# Towing A 250Rs With A 08 F-150



## SLO250RS (Mar 11, 2010)

Good evening everybody I have the oppritunity to use my father-inlaws 08 F-150 to tow on Memorial weekend.The truck specs out with this: Supercab,5.4,h/d towing package,3:73LS,145"W.B.I think just the 25" wheelbase increase over my current TV should make a difference in highway stability when the big rigs come rolling past at 80+mph







.I will be re-adjusting my e-4 for the truck and I hope I have the time and weather(







)to fine tune it.If anyone wants to throw some advice at me regarding towing with a F-150 or Mark LT that would be great.TIA


----------



## fpl (Mar 9, 2011)

SLO250RS said:


> Good evening everybody I have the oppritunity to use my father-inlaws 08 F-150 to tow on Memorial weekend.The truck specs out with this: Supercab,5.4,h/d towing package,3:73LS,145"W.B.I think just the 25" wheelbase increase over my current TV should make a difference in highway stability when the big rigs come rolling past at 80+mph
> 
> 
> 
> ...


I just came back from our first trip with our 250rs. I towed it with my 04 suburban with the 5.3 engine, 3:73 gears, tow package and Reese dual cam sway control. I can honestly say I had no issues towing through Northern NH. Set your hitch correctly and you should have no issues. I went by two tractor trailers and had no issues.


----------



## duggy (Mar 17, 2010)

If you go through the steps of measuring to get the trailer level or slightly nose down, then getting the TV to measure the way the Equalizer manual recommends, you should be set.


----------



## Duanesz (Jul 10, 2009)

The ford should be up to the task.


----------



## rsm7 (Aug 8, 2009)

Where ya headed? PM me if you dont want to post it. We'll be at Mosquito Lake.


----------



## go6car (Jan 19, 2004)

You'll be fine. I'm a lot heavier than you with our setup and no issues (assuming you have a good weight distributing hitch with sway control and electronic breaking system).

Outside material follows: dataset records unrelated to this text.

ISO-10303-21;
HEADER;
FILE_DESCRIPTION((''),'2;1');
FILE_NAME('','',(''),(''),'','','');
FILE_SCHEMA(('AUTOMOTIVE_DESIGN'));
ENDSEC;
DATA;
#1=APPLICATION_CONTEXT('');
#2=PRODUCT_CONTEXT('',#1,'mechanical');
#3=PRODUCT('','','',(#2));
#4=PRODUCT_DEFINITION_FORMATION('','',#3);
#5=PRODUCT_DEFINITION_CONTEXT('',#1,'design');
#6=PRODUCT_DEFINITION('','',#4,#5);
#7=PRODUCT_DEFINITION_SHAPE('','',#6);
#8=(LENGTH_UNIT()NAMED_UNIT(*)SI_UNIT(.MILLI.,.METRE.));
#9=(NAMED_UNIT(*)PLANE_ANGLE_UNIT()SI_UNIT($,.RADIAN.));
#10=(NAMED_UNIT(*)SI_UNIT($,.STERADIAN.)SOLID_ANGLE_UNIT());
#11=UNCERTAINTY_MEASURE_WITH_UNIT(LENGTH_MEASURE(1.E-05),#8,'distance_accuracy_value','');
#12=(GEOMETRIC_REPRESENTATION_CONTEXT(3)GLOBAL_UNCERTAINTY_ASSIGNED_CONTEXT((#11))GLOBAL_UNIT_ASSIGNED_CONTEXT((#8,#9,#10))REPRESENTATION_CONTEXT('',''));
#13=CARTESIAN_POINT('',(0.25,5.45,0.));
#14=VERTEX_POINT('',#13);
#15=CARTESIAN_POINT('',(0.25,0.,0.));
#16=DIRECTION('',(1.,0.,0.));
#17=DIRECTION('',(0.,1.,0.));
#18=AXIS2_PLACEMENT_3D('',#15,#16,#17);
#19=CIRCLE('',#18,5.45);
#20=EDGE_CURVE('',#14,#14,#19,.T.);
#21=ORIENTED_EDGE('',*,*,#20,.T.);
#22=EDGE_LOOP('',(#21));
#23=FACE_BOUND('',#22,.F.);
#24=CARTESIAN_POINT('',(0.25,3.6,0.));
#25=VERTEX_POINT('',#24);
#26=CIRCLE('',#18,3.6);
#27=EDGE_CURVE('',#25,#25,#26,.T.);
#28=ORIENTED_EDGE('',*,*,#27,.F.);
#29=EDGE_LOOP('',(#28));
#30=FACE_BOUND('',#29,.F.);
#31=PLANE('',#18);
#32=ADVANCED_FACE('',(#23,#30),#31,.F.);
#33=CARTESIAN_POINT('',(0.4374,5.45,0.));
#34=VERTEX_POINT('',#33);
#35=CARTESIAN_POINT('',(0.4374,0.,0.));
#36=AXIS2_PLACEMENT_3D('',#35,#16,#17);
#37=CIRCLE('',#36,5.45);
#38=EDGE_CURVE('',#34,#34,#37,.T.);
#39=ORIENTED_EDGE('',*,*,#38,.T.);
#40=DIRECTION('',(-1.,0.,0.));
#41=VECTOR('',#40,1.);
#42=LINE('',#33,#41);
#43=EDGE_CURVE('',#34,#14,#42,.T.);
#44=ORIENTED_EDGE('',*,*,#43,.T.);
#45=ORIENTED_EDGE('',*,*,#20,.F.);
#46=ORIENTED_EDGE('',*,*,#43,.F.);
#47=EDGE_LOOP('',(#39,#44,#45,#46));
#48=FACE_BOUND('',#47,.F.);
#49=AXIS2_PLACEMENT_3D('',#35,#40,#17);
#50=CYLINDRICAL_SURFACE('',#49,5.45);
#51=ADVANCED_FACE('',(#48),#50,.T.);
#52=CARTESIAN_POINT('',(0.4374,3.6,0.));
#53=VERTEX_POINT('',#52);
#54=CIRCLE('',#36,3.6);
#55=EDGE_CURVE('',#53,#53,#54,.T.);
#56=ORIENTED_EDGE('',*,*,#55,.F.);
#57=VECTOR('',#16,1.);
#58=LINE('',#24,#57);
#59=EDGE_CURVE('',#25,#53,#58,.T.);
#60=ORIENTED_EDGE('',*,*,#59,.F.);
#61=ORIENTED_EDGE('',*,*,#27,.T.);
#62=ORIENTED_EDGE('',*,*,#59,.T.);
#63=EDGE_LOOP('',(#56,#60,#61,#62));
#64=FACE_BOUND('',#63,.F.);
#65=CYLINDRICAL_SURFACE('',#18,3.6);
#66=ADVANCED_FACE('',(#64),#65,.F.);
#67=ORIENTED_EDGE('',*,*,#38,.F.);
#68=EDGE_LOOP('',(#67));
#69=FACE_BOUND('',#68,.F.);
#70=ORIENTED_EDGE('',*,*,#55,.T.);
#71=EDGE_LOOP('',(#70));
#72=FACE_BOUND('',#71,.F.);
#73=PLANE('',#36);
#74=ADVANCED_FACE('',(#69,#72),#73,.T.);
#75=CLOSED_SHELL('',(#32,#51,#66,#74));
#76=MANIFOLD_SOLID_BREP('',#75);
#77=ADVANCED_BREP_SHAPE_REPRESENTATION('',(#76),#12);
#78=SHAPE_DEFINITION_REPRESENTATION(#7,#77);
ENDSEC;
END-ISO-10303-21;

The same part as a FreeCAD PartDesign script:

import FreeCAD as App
import Part
import Sketcher

V = App.Vector
Q = App.Units.Quantity


def add_polygon(sketch, points):
    """Adds a closed chain of lines whose ends are joined by coincident constraints."""
    first, n = sketch.GeometryCount, len(points)
    for a, b in zip(points, points[1:] + points[:1]):
        sketch.addGeometry(Part.LineSegment(App.Vector(*a, 0), App.Vector(*b, 0)), False)
    for i in range(n):
        sketch.addConstraint(Sketcher.Constraint("Coincident", first + i, 2, first + (i + 1) % n, 1))

doc = App.newDocument("Part")
body = doc.addObject("PartDesign::Body", "Body")

sketch1 = body.newObject("Sketcher::SketchObject", "Sketch")
sketch1.AttachmentSupport = (doc.getObject("XY_Plane"), [""])
sketch1.MapMode = "FlatFace"
add_polygon(sketch1, [(0.25, 5.45), (0.25, 3.6), (0.44, 3.6), (0.44, 5.45)])
sketch1.addConstraint([
    Sketcher.Constraint("Vertical", 0),
    Sketcher.Constraint("Horizontal", 1),
    Sketcher.Constraint("Vertical", 2),
    Sketcher.Constraint("Horizontal", 3),
    Sketcher.Constraint("DistanceY", 0, 2, 0, 1, Q("1.85 mm")),
    Sketcher.Constraint("DistanceY", -1, 1, 0, 2, Q("3.6 mm")),
    Sketcher.Constraint("DistanceX", -1, 1, 0, 2, Q("0.25 mm")),
    Sketcher.Constraint("DistanceX", 1, 1, 1, 2, Q("0.1874 mm")),
])
revolution = body.newObject("PartDesign::Revolution", "Revolution")
revolution.Profile = sketch1
revolution.ReferenceAxis = (sketch1, ["H_Axis"])
revolution.Angle = 360

doc.recompute()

If the truck doesn't have towing mirrors (and you don't have after-market ones), it may be a little difficult seeing around the rig. It's not completely un-doable, but would be better if you had them.

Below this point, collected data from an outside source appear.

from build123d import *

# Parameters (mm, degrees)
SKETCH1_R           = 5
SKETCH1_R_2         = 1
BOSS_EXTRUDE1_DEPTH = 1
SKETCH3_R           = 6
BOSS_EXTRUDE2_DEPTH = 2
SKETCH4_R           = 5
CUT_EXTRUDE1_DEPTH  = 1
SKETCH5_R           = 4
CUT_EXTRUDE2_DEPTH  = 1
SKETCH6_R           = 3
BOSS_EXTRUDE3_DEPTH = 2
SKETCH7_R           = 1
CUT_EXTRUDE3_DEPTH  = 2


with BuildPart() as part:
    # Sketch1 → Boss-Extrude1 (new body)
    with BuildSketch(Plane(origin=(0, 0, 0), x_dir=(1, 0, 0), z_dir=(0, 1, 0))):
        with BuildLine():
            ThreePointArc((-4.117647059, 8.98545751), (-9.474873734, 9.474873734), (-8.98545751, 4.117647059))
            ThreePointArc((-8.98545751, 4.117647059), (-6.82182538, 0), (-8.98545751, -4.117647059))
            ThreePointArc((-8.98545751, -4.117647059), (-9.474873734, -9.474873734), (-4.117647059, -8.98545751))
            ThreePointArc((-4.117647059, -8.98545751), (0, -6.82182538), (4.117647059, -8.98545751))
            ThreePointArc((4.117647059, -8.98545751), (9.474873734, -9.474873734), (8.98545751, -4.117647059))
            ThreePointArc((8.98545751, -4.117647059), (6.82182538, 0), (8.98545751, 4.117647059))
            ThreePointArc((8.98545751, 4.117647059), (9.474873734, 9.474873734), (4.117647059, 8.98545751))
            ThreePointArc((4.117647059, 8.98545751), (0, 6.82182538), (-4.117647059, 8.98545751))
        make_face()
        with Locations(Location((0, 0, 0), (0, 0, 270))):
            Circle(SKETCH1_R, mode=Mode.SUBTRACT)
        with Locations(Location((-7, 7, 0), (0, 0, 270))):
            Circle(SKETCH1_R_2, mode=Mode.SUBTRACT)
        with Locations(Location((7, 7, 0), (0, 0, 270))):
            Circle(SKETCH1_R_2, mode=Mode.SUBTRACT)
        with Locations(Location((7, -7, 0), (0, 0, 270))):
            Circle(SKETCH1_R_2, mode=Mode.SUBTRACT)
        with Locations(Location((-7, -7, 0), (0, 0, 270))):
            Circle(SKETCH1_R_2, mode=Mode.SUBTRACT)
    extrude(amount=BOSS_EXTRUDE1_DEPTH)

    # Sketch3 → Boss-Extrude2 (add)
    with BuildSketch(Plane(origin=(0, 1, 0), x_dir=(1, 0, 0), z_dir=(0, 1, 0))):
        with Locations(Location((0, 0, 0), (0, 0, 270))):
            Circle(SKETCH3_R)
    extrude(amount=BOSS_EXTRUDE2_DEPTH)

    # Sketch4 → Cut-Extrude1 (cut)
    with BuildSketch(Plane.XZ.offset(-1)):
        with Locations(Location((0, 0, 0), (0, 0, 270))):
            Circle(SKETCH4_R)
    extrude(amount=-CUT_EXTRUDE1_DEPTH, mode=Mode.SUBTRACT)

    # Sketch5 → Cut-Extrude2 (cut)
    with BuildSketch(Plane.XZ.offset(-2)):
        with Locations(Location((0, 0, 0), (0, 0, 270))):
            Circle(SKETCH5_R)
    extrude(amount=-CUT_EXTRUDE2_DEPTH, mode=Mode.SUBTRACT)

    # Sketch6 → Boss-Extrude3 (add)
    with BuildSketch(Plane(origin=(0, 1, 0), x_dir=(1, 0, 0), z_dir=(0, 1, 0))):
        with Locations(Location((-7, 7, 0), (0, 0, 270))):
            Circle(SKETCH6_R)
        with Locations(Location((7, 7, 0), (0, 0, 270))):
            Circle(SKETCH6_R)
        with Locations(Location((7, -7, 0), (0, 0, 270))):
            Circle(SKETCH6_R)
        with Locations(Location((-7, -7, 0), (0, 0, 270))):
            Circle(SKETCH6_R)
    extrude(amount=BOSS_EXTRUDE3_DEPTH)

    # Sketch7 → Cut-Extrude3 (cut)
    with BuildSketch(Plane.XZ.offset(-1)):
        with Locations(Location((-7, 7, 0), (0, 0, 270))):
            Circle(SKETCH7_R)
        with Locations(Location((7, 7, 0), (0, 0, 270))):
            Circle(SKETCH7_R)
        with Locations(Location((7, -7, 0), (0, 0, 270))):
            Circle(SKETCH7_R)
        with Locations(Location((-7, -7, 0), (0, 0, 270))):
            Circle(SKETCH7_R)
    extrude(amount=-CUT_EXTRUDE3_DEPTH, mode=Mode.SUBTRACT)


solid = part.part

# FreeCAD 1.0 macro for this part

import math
import FreeCAD as App
import Part
import Sketcher

V = App.Vector

doc = App.newDocument("Part")
body = doc.addObject("PartDesign::Body", "Body")

sketch1 = body.newObject("Sketcher::SketchObject", "Sketch")
sketch1.AttachmentSupport = (doc.getObject("XZ_Plane"), [""])
sketch1.MapMode = "FlatFace"
sketch1.addGeometry([
    Part.ArcOfCircle(Part.Circle(V(-7, -7, 0), V(0, 0, 1), 3.5), math.radians(124.560322), math.radians(325.439678)),
    Part.ArcOfCircle(Part.Circle(V(-11.821825, 0, 0), V(0, 0, 1), 5), math.radians(-55.439678), math.radians(55.439678)),
    Part.ArcOfCircle(Part.Circle(V(-7, 7, 0), V(0, 0, 1), 3.5), math.radians(34.560322), math.radians(235.439678)),
    Part.ArcOfCircle(Part.Circle(V(0, 11.821825, 0), V(0, 0, 1), 5), math.radians(-145.439678), math.radians(-34.560322)),
    Part.ArcOfCircle(Part.Circle(V(7, 7, 0), V(0, 0, 1), 3.5), math.radians(-55.439678), math.radians(145.439678)),
    Part.ArcOfCircle(Part.Circle(V(11.821825, 0, 0), V(0, 0, 1), 5), math.radians(124.560322), math.radians(235.439678)),
    Part.ArcOfCircle(Part.Circle(V(7, -7, 0), V(0, 0, 1), 3.5), math.radians(-145.439678), math.radians(55.439678)),
    Part.ArcOfCircle(Part.Circle(V(0, -11.821825, 0), V(0, 0, 1), 5), math.radians(34.560322), math.radians(145.439678)),
    Part.Circle(V(-7, 7, 0), V(0, 0, 1), 1),
    Part.Circle(V(7, 7, 0), V(0, 0, 1), 1),
    Part.Circle(V(0, 0, 0), V(0, 0, 1), 5),
    Part.Circle(V(-7, -7, 0), V(0, 0, 1), 1),
    Part.Circle(V(7, -7, 0), V(0, 0, 1), 1),
], False)
sketch1.addConstraint([
    Sketcher.Constraint("Tangent", 0, 1, 1, 1),
    Sketcher.Constraint("Tangent", 1, 2, 2, 2),
    Sketcher.Constraint("Tangent", 2, 1, 3, 1),
    Sketcher.Constraint("Tangent", 3, 2, 4, 2),
    Sketcher.Constraint("Tangent", 4, 1, 5, 1),
    Sketcher.Constraint("Tangent", 5, 2, 6, 2),
    Sketcher.Constraint("Tangent", 6, 1, 7, 1),
    Sketcher.Constraint("Tangent", 7, 2, 0, 2),
    Sketcher.Constraint("Coincident", 10, 3, -1, 1),
    Sketcher.Constraint("Coincident", 8, 3, 2, 3),
    Sketcher.Constraint("Coincident", 9, 3, 4, 3),
    Sketcher.Constraint("Coincident", 11, 3, 0, 3),
    Sketcher.Constraint("Coincident", 12, 3, 6, 3),
    Sketcher.Constraint("Equal", 0, 2),
    Sketcher.Constraint("Equal", 1, 3),
    Sketcher.Constraint("Equal", 2, 4),
    Sketcher.Constraint("Equal", 3, 5),
    Sketcher.Constraint("Equal", 4, 6),
    Sketcher.Constraint("Equal", 5, 7),
    Sketcher.Constraint("Equal", 8, 9),
    Sketcher.Constraint("Equal", 7, 10),
    Sketcher.Constraint("Equal", 9, 11),
    Sketcher.Constraint("Equal", 11, 12),
    Sketcher.Constraint("Symmetric", 0, 3, 4, 3, -1, 1),
    Sketcher.Constraint("Symmetric", 2, 3, 6, 3, -1, 1),
    Sketcher.Constraint("Symmetric", 2, 3, 4, 3, -2),
    Sketcher.Constraint("Diameter", 8, 2.0),
    Sketcher.Constraint("Diameter", 10, 10.0),
    Sketcher.Constraint("Radius", 0, 3.5),
    Sketcher.Constraint("DistanceX", 0, 3, -1, 1, 7.0),
    Sketcher.Constraint("DistanceY", 0, 3, -1, 1, 7.0),
])
pad1 = body.newObject("PartDesign::Pad", "Pad")
pad1.Profile = sketch1
pad1.Length = 1
pad1.Reversed = True

sketch2 = body.newObject("Sketcher::SketchObject", "Sketch001")
sketch2.AttachmentSupport = (doc.getObject("XZ_Plane"), [""])
sketch2.MapMode = "FlatFace"
sketch2.AttachmentOffset = App.Placement(V(0, 0, -1), App.Rotation())
sketch2.addGeometry(Part.Circle(V(0, 0, 0), V(0, 0, 1), 6), False)
sketch2.addConstraint([
    Sketcher.Constraint("Coincident", 0, 3, -1, 1),
    Sketcher.Constraint("Diameter", 0, 12.0),
])
pad2 = body.newObject("PartDesign::Pad", "Pad001")
pad2.Profile = sketch2
pad2.Length = 2
pad2.Reversed = True

sketch3 = body.newObject("Sketcher::SketchObject", "Sketch002")
sketch3.AttachmentSupport = (doc.getObject("XZ_Plane"), [""])
sketch3.MapMode = "FlatFace"
sketch3.AttachmentOffset = App.Placement(V(0, 0, -1), App.Rotation())
sketch3.addGeometry(Part.Circle(V(0, 0, 0), V(0, 0, 1), 5), False)
sketch3.addConstraint([
    Sketcher.Constraint("Coincident", 0, 3, -1, 1),
    Sketcher.Constraint("Diameter", 0, 10.0),
])
pocket1 = body.newObject("PartDesign::Pocket", "Pocket")
pocket1.Profile = sketch3
pocket1.Length = 1

sketch4 = body.newObject("Sketcher::SketchObject", "Sketch003")
sketch4.AttachmentSupport = (doc.getObject("XZ_Plane"), [""])
sketch4.MapMode = "FlatFace"
sketch4.AttachmentOffset = App.Placement(V(0, 0, -2), App.Rotation())
sketch4.addGeometry(Part.Circle(V(0, 0, 0), V(0, 0, 1), 4), False)
sketch4.addConstraint([
    Sketcher.Constraint("Coincident", 0, 3, -1, 1),
    Sketcher.Constraint("Diameter", 0, 8.0),
])
pocket2 = body.newObject("PartDesign::Pocket", "Pocket001")
pocket2.Profile = sketch4
pocket2.Length = 1

sketch5 = body.newObject("Sketcher::SketchObject", "Sketch004")
sketch5.AttachmentSupport = (doc.getObject("XZ_Plane"), [""])
sketch5.MapMode = "FlatFace"
sketch5.AttachmentOffset = App.Placement(V(0, 0, -1), App.Rotation())
sketch5.addGeometry([
    Part.Circle(V(-7, -7, 0), V(0, 0, 1), 3),
    Part.Circle(V(7, -7, 0), V(0, 0, 1), 3),
    Part.Circle(V(7, 7, 0), V(0, 0, 1), 3),
    Part.Circle(V(-7, 7, 0), V(0, 0, 1), 3),
], False)
sketch5.addConstraint([
    Sketcher.Constraint("Equal", 0, 1),
    Sketcher.Constraint("Equal", 1, 2),
    Sketcher.Constraint("Equal", 2, 3),
    Sketcher.Constraint("Symmetric", 0, 3, 2, 3, -1, 1),
    Sketcher.Constraint("Symmetric", 1, 3, 3, 3, -1, 1),
    Sketcher.Constraint("Symmetric", 0, 3, 1, 3, -2),
    Sketcher.Constraint("Diameter", 0, 6.0),
    Sketcher.Constraint("DistanceX", 0, 3, -1, 1, 7.0),
    Sketcher.Constraint("DistanceY", 0, 3, -1, 1, 7.0),
])
pad3 = body.newObject("PartDesign::Pad", "Pad002")
pad3.Profile = sketch5
pad3.Length = 2
pad3.Reversed = True

sketch6 = body.newObject("Sketcher::SketchObject", "Sketch005")
sketch6.AttachmentSupport = (doc.getObject("XZ_Plane"), [""])
sketch6.MapMode = "FlatFace"
sketch6.AttachmentOffset = App.Placement(V(0, 0, -1), App.Rotation())
sketch6.addGeometry([
    Part.Circle(V(-7, 7, 0), V(0, 0, 1), 1),
    Part.Circle(V(7, 7, 0), V(0, 0, 1), 1),
    Part.Circle(V(7, -7, 0), V(0, 0, 1), 1),
    Part.Circle(V(-7, -7, 0), V(0, 0, 1), 1),
], False)
sketch6.addConstraint([
    Sketcher.Constraint("Equal", 0, 1),
    Sketcher.Constraint("Equal", 1, 2),
    Sketcher.Constraint("Equal", 2, 3),
    Sketcher.Constraint("Symmetric", 0, 3, 2, 3, -1, 1),
    Sketcher.Constraint("Symmetric", 1, 3, 3, 3, -1, 1),
    Sketcher.Constraint("Symmetric", 0, 3, 1, 3, -2),
    Sketcher.Constraint("Diameter", 0, 2.0),
    Sketcher.Constraint("DistanceX", 0, 3, -1, 1, 7.0),
    Sketcher.Constraint("DistanceY", -1, 1, 0, 3, 7.0),
])
pocket3 = body.newObject("PartDesign::Pocket", "Pocket002")
pocket3.Profile = sketch6
pocket3.Length = 2

doc.recompute()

Best of luck and have fun!


----------



## SLO250RS (Mar 11, 2010)

rsm7 said:


> Where ya headed? PM me if you dont want to post it. We'll be at Mosquito Lake.


East Harbor for the memorial weekend,are you staying at the state park there?We have not been to that park yet.


----------



## rsm7 (Aug 8, 2009)

SLO250RS said:


> Where ya headed? PM me if you dont want to post it. We'll be at Mosquito Lake.

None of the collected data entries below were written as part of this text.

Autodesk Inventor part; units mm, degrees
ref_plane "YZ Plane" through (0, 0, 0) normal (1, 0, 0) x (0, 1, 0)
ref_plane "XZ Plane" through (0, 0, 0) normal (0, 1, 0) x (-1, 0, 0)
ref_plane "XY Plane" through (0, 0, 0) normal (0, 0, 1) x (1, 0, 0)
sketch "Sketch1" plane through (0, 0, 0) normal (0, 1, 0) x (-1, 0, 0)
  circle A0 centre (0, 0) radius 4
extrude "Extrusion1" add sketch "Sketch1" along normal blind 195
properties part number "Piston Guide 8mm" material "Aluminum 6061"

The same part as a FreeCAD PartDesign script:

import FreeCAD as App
import Part
import Sketcher

doc = App.newDocument("Part")
body = doc.addObject("PartDesign::Body", "Body")

# Sketch on XZ plane
sketch1 = body.newObject("Sketcher::SketchObject", "Sketch")
sketch1.AttachmentSupport = (doc.getObject("XZ_Plane"), [""])
sketch1.MapMode = "FlatFace"
sketch1.addGeometry(Part.Circle(App.Vector(0, 0, 0), App.Vector(0, 0, 1), 4), False)
sketch1.addConstraint([
    Sketcher.Constraint("Coincident", 0, 3, -1, 1),
    Sketcher.Constraint("Diameter", 0, 8.0),
])
pad1 = body.newObject("PartDesign::Pad", "Pad")
pad1.Profile = sketch1
pad1.Length = 195
pad1.Reversed = True

doc.recompute()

East Harbor for the memorial weekend,are you staying at the state park there?We have not been to that park yet.
[/quote]

Yes were going to the state park for our first time there. I guess they have a very nice dog park so we thought we'd check it out. We have 4 groups going and 6 dogs between us.


----------



## Nathan (Jan 2, 2007)

Just punch the Tow/haul button and go!









(after setting up the hitch, brake controller, etc.....)


----------